Elizabeth Kitley is an American college basketball player for the Virginia Tech Hokies of the Atlantic Coast Conference (ACC).

Early life and high school career
Kitley grew up playing basketball, softball and volleyball, preferring softball by fifth grade. She switched her focus to basketball before her freshman year at Northwest Guilford High School in Greensboro, North Carolina, when she stood 6 ft 2 in (1.88 m). As a sophomore, Kitley led Northwest Guilford to its first state championship at the 4A tournament and was named most valuable player (MVP) of the title game. She helped her team win another state title in her junior season, repeating as MVP of the title game. Before her senior season, Kitley suffered a torn anterior cruciate ligament during an Amateur Athletic Union game. Following surgery, she was sidelined until the final two games of the season. Rated a five-star recruit by ESPN, she committed to play for Virginia Tech at the college level under head coach Kenny Brooks.

College career
On November 5, 2019, Kitley made her collegiate debut and scored a season-high 27 points, shooting 13-of-15 from the field, in a 105–41 win over Saint Francis (PA).
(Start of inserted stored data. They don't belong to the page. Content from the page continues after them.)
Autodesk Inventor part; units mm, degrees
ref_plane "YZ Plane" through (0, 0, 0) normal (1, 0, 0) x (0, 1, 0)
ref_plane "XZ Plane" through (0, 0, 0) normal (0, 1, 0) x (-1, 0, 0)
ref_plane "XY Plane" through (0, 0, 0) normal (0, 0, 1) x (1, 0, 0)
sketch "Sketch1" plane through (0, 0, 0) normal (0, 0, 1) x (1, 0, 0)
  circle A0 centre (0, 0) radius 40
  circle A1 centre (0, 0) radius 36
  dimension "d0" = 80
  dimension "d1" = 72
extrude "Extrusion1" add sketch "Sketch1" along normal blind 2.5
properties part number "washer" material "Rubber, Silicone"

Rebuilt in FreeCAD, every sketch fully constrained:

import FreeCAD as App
import Part
import Sketcher

V = App.Vector
Q = App.Units.Quantity

doc = App.newDocument("Part")
body = doc.addObject("PartDesign::Body", "Body")

sketch1 = doc.addObject("Sketcher::SketchObject", "Sketch")
body.addObject(sketch1)
sketch1.AttachmentSupport = (doc.XY_Plane, [""])
sketch1.MapMode = "FlatFace"
sketch1.addGeometry(Part.Circle(V(0, 0, 0), V(0, 0, 1), 40), False)
sketch1.addGeometry(Part.Circle(V(0, 0, 0), V(0, 0, 1), 36), False)
sketch1.addConstraint(Sketcher.Constraint("Coincident", 0, 3, -1, 1))
sketch1.addConstraint(Sketcher.Constraint("Coincident", 1, 3, -1, 1))
sketch1.addConstraint(Sketcher.Constraint("Diameter", 0, Q("80 mm")))
sketch1.addConstraint(Sketcher.Constraint("Diameter", 1, Q("72 mm")))
pad1 = doc.addObject("PartDesign::Pad", "Pad")
body.addObject(pad1)
pad1.Profile = sketch1
pad1.Length = 2.5

doc.recompute()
She recorded the most points by a Virginia Tech freshman in a debut. As a freshman, Kitley averaged 12.5 points, 7.5 rebounds and 2.1 blocks per game and was named Atlantic Coast Conference (ACC) Freshman of the Year. On December 4, 2020, she posted a sophomore season-high 30 points and 11 rebounds in an 84–59 win against Appalachian State. On January 17, 2021, Kitley tied the program single-game record with 21 rebounds, while scoring 18 points in a 67–64 loss to Wake Forest. One week later, she scored 30 points for a second time, along with 13 rebounds, in an 89–87 loss to AP No. 2 NC State. Kitley averaged 18.2 points and 10.4 rebounds per game as a sophomore, earning first-team All-ACC honors.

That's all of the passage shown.